Métaphore du lien archaïque entre la mère et son nourrisson

On l’appelle le Bérot. Mais, pour sa mère, c’est Norbert.

Quand il a fini de soigner les cochons, il pêche ou braconne, histoire de lui rapporter de quoi manger.

À deux, ils vivent dans une caravane, au bord de la rivière. Ou plutôt survivent. « Bon à rien », disent certains. Les mots à l’intérieur le déchirent. Et de la violence qu’ils déchaînent, il ne sait que faire. Seule la mère, silencieuse, le protège du pire. Comme aux premiers jours de sa vie.
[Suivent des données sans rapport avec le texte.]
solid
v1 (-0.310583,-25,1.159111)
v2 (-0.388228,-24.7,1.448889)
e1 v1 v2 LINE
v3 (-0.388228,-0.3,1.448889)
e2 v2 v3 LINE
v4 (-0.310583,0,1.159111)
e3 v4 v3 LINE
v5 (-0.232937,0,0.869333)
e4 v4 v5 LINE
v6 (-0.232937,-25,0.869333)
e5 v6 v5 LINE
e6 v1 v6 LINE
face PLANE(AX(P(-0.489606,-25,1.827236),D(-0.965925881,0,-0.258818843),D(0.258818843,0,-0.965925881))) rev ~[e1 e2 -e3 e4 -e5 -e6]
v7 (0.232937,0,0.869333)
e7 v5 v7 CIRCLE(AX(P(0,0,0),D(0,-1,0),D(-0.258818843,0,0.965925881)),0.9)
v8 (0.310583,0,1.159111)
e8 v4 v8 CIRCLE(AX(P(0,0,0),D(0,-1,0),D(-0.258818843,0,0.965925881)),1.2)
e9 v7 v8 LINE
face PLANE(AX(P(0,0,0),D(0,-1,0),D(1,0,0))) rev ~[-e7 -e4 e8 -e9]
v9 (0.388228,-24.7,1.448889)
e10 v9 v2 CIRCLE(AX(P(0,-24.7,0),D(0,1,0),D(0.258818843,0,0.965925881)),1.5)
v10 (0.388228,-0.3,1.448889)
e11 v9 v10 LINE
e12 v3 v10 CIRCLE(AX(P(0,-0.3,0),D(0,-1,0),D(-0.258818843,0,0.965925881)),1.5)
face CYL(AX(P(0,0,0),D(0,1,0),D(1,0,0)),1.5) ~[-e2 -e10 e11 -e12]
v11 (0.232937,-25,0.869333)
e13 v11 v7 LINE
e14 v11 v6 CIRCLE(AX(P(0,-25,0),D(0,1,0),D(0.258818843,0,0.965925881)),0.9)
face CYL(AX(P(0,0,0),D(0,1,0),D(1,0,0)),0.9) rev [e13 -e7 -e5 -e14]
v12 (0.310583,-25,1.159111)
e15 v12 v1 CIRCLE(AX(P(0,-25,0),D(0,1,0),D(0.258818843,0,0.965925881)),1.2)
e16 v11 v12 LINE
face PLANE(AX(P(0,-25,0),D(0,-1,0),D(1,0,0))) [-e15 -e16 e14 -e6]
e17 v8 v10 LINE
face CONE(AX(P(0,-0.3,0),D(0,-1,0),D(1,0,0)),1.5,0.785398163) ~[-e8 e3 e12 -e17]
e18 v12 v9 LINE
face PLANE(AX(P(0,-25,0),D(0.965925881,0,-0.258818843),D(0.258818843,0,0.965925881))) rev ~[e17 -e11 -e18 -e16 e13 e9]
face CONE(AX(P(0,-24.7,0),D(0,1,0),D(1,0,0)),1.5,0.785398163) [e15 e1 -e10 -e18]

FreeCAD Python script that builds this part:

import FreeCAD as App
import Part
import Sketcher
from FreeCAD import Vector
Q = App.Units.Quantity


def edges_at(feature, points):
    """Names of the edges that pass closest to the given points."""
    edges = feature.Shape.Edges
    near = lambda p: min(range(len(edges)), key=lambda i: edges[i].distToShape(Part.Vertex(*p))[0])
    return sorted({f"Edge{near(p) + 1}" for p in points})


def faces_at(feature, points):
    """Names of the faces that lie closest to the given points."""
    faces = feature.Shape.Faces
    near = lambda p: min(range(len(faces)), key=lambda i: faces[i].distToShape(Part.Vertex(*p))[0])
    return sorted({f"Face{near(p) + 1}" for p in points})

doc = App.newDocument("Part")
params = doc.addObject("Spreadsheet::Sheet", "Params")
for row, (alias, value) in enumerate([
    ("sketch1_diameter", "3 mm"),
    ("pad1_length", "25 mm"),
    ("thickness_wall", "0.6 mm"),
    ("chamfer_size", "0.3 mm"),
    ("chamfer2_size", "0.3 mm"),
], start=1):
    params.set(f"A{row}", alias)
    params.set(f"B{row}", "=" + value)
    params.setAlias(f"B{row}", alias)

body = doc.addObject("PartDesign::Body", "Body")

sketch1 = body.newObject("Sketcher::SketchObject", "Sketch")
sketch1.AttachmentSupport = (doc.getObject("XZ_Plane"), [""])
sketch1.MapMode = "FlatFace"
sketch1.addGeometry(Part.Circle(Vector(0, 0, 0), Vector(0, 0, 1), 1.5), False)
sketch1.addConstraint([
    Sketcher.Constraint("Coincident", 0, 3, -1, 1),
    Sketcher.Constraint("Diameter", 0, 3.0),
])
sketch1.setExpression("Constraints[1]", "Params.sketch1_diameter")
pad1 = body.newObject("PartDesign::Pad", "Pad")
pad1.Profile = sketch1
pad1.setExpression("Length", "Params.pad1_length")
doc.recompute()

thickness = body.newObject("PartDesign::Thickness", "Thickness")
thickness.Base = (pad1, faces_at(pad1, [(0, -25, 0), (0, 0, 0)]))
thickness.setExpression("Value", "Params.thickness_wall")
thickness.Reversed = True
thickness.Join = "Arc"
doc.recompute()

chamfer = body.newObject("PartDesign::Chamfer", "Chamfer")
chamfer.Base = (thickness, edges_at(thickness, [(-1.5, -25, 0)]))
chamfer.setExpression("Size", "Params.chamfer_size")
doc.recompute()

chamfer2 = body.newObject("PartDesign::Chamfer", "Chamfer001")
chamfer2.Base = (chamfer, edges_at(chamfer, [(-1.5, 0, 0)]))
chamfer2.setExpression("Size", "Params.chamfer2_size")

sketch2 = body.newObject("Sketcher::SketchObject", "Sketch001")
sketch2.AttachmentSupport = (doc.getObject("XZ_Plane"), [""])
sketch2.MapMode = "FlatFace"
sketch2.AttachmentOffset = App.Placement(Vector(0, 0, 25), App.Rotation())
sketch2.addGeometry([
    Part.LineSegment(Vector(-0.5, 1.8, 0), Vector(0, 0, 0)),
    Part.LineSegment(Vector(0, 0, 0), Vector(0.5, 1.8, 0)),
    Part.LineSegment(Vector(0.5, 1.8, 0), Vector(-0.5, 1.8, 0)),
], False)
sketch2.addConstraint([
    Sketcher.Constraint("Coincident", 0, 2, 1, 1),
    Sketcher.Constraint("Coincident", 1, 2, 2, 1),
    Sketcher.Constraint("Coincident", 2, 2, 0, 1),
    Sketcher.Constraint("Horizontal", 2),
    Sketcher.Constraint("Coincident", 0, 2, -1, 1),
    Sketcher.Constraint("Equal", 0, 1),
    Sketcher.Constraint("Angle", 0, Q("-75.000012 deg")),
    Sketcher.Constraint("DistanceX", 2, 2, 2, 1, 0.979212),
])
pocket1 = body.newObject("PartDesign::Pocket", "Pocket")
pocket1.Profile = sketch2
pocket1.Type = "ThroughAll"

doc.recompute()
Et l’arbre au vent qui chante dans les branches lui sert de refuge.

 

 

Loin du procédé, la phrase courte et précise de Marie-Hélène Bahain scande ces vies brutes gonflées de sensations, confrontées à la violence du réel intérieur et extérieur et ne ménageant que rarement quelques espaces de paix.

 

Comment vivre sans cette mère qui lui sert de rempart contre les pulsions qui l’assaillent ?
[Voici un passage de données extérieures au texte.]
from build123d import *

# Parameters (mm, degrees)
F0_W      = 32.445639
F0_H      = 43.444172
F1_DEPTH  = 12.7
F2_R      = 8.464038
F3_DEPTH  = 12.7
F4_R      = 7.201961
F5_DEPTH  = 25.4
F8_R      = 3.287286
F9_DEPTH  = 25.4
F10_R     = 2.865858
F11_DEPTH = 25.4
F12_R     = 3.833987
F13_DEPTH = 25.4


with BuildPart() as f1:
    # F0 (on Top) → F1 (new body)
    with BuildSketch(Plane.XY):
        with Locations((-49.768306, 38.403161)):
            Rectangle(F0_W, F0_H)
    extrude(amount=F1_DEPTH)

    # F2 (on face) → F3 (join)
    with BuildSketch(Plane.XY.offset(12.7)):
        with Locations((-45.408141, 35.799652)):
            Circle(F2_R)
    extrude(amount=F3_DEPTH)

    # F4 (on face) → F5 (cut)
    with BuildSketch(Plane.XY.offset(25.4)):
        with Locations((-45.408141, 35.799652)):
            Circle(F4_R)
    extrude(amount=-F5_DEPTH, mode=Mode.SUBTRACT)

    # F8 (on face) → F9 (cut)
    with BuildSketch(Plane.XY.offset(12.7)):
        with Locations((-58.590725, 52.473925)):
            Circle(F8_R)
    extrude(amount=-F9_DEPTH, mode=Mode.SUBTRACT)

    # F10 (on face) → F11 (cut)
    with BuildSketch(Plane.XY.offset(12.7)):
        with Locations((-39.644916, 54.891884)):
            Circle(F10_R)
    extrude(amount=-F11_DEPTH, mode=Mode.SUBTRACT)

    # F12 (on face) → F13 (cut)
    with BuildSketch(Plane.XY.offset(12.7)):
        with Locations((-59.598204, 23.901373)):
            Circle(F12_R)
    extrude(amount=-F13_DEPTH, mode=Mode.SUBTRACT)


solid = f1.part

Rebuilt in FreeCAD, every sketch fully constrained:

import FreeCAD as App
import Part
import Sketcher

V = App.Vector
Q = App.Units.Quantity

doc = App.newDocument("Part")
body = doc.addObject("PartDesign::Body", "Body")

# Sketch on XY plane
sketch1 = body.newObject("Sketcher::SketchObject", "Sketch")
sketch1.AttachmentSupport = (doc.getObject("XY_Plane"), [""])
sketch1.MapMode = "FlatFace"
sketch1.addGeometry([
    Part.LineSegment(V(-65.991125, 60.125247, 0), V(-65.991125, 16.681075, 0)),
    Part.LineSegment(V(-65.991125, 16.681075, 0), V(-33.545487, 16.681075, 0)),
    Part.LineSegment(V(-33.545487, 16.681075, 0), V(-33.545487, 60.125247, 0)),
    Part.LineSegment(V(-33.545487, 60.125247, 0), V(-65.991125, 60.125247, 0)),
], False)
sketch1.addConstraint([
    Sketcher.Constraint("Coincident", 0, 2, 1, 1),
    Sketcher.Constraint("Coincident", 1, 2, 2, 1),
    Sketcher.Constraint("Coincident", 2, 2, 3, 1),
    Sketcher.Constraint("Coincident", 3, 2, 0, 1),
    Sketcher.Constraint("Vertical", 0),
    Sketcher.Constraint("Horizontal", 1),
    Sketcher.Constraint("Vertical", 2),
    Sketcher.Constraint("Horizontal", 3),
    Sketcher.Constraint("DistanceX", 1, 1, 1, 2, 32.445639),
    Sketcher.Constraint("DistanceY", 0, 2, 0, 1, 43.444172),
    Sketcher.Constraint("DistanceX", 0, 2, -1, 1, 65.991125),
    Sketcher.Constraint("DistanceY", -1, 1, 0, 2, 16.681075),
])
pad1 = body.newObject("PartDesign::Pad", "Pad")
pad1.Profile = sketch1
pad1.Length = Q("0.5 in")

# Sketch on XY plane
sketch2 = body.newObject("Sketcher::SketchObject", "Sketch001")
sketch2.AttachmentSupport = (doc.getObject("XY_Plane"), [""])
sketch2.MapMode = "FlatFace"
sketch2.AttachmentOffset = App.Placement(V(0, 0, 0.5 * 25.4), App.Rotation())
sketch2.addGeometry(Part.Circle(V(-45.408141, 35.799652, 0), V(0, 0, 1), 8.464038), False)
sketch2.addConstraint([
    Sketcher.Constraint("Diameter", 0, 16.928076),
    Sketcher.Constraint("DistanceX", 0, 3, -1, 1, 45.408141),
    Sketcher.Constraint("DistanceY", -1, 1, 0, 3, 35.799652),
])
pad2 = body.newObject("PartDesign::Pad", "Pad001")
pad2.Profile = sketch2
pad2.Length = Q("0.5 in")

# Sketch on XY plane
sketch3 = body.newObject("Sketcher::SketchObject", "Sketch002")
sketch3.AttachmentSupport = (doc.getObject("XY_Plane"), [""])
sketch3.MapMode = "FlatFace"
sketch3.AttachmentOffset = App.Placement(V(0, 0, 1 * 25.4), App.Rotation())
sketch3.addGeometry(Part.Circle(V(-45.408141, 35.799652, 0), V(0, 0, 1), 7.201961), False)
sketch3.addConstraint([
    Sketcher.Constraint("Diameter", 0, 14.403922),
    Sketcher.Constraint("DistanceX", 0, 3, -1, 1, 45.408141),
    Sketcher.Constraint("DistanceY", -1, 1, 0, 3, 35.799652),
])
pocket1 = body.newObject("PartDesign::Pocket", "Pocket")
pocket1.Profile = sketch3
pocket1.Length = Q("1 in")

# Sketch on XY plane
sketch4 = body.newObject("Sketcher::SketchObject", "Sketch003")
sketch4.AttachmentSupport = (doc.getObject("XY_Plane"), [""])
sketch4.MapMode = "FlatFace"
sketch4.AttachmentOffset = App.Placement(V(0, 0, 0.5 * 25.4), App.Rotation())
sketch4.addGeometry(Part.Circle(V(-58.590725, 52.473925, 0), V(0, 0, 1), 3.287286), False)
sketch4.addConstraint([
    Sketcher.Constraint("Diameter", 0, 6.574572),
    Sketcher.Constraint("DistanceX", 0, 3, -1, 1, 58.590725),
    Sketcher.Constraint("DistanceY", -1, 1, 0, 3, 52.473925),
])
pocket2 = body.newObject("PartDesign::Pocket", "Pocket001")
pocket2.Profile = sketch4
pocket2.Length = Q("1 in")

# Sketch on XY plane
sketch5 = body.newObject("Sketcher::SketchObject", "Sketch004")
sketch5.AttachmentSupport = (doc.getObject("XY_Plane"), [""])
sketch5.MapMode = "FlatFace"
sketch5.AttachmentOffset = App.Placement(V(0, 0, 0.5 * 25.4), App.Rotation())
sketch5.addGeometry(Part.Circle(V(-39.644916, 54.891884, 0), V(0, 0, 1), 2.865858), False)
sketch5.addConstraint([
    Sketcher.Constraint("Diameter", 0, 5.731716),
    Sketcher.Constraint("DistanceX", 0, 3, -1, 1, 39.644916),
    Sketcher.Constraint("DistanceY", -1, 1, 0, 3, 54.891884),
])
pocket3 = body.newObject("PartDesign::Pocket", "Pocket002")
pocket3.Profile = sketch5
pocket3.Length = Q("1 in")

# Sketch on XY plane
sketch6 = body.newObject("Sketcher::SketchObject", "Sketch005")
sketch6.AttachmentSupport = (doc.getObject("XY_Plane"), [""])
sketch6.MapMode = "FlatFace"
sketch6.AttachmentOffset = App.Placement(V(0, 0, 0.5 * 25.4), App.Rotation())
sketch6.addGeometry(Part.Circle(V(-59.598204, 23.901373, 0), V(0, 0, 1), 3.833987), False)
sketch6.addConstraint([
    Sketcher.Constraint("Diameter", 0, 7.667974),
    Sketcher.Constraint("DistanceX", 0, 3, -1, 1, 59.598204),
    Sketcher.Constraint("DistanceY", -1, 1, 0, 3, 23.901373),
])
pocket4 = body.newObject("PartDesign::Pocket", "Pocket003")
pocket4.Profile = sketch6
pocket4.Length = Q("1 in")

doc.recompute()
C’est de sa voix qu’il a besoin, de ses mots. Quand il commence à les entendre chanter à l’intérieur de lui, alors le poids du monde lui semble moins lourd.

Et ce secret, gardé comme un trésor, l’allège.

 

La force de ce roman tient à l’économie de sa forme.

Métaphore du lien archaïque entre la mère et son nourrisson, il semble esquisser le trajet d’une naissance tardive, naissance au langage intérieur donnant soudain la force, toujours mystérieuse, de supporter le monde.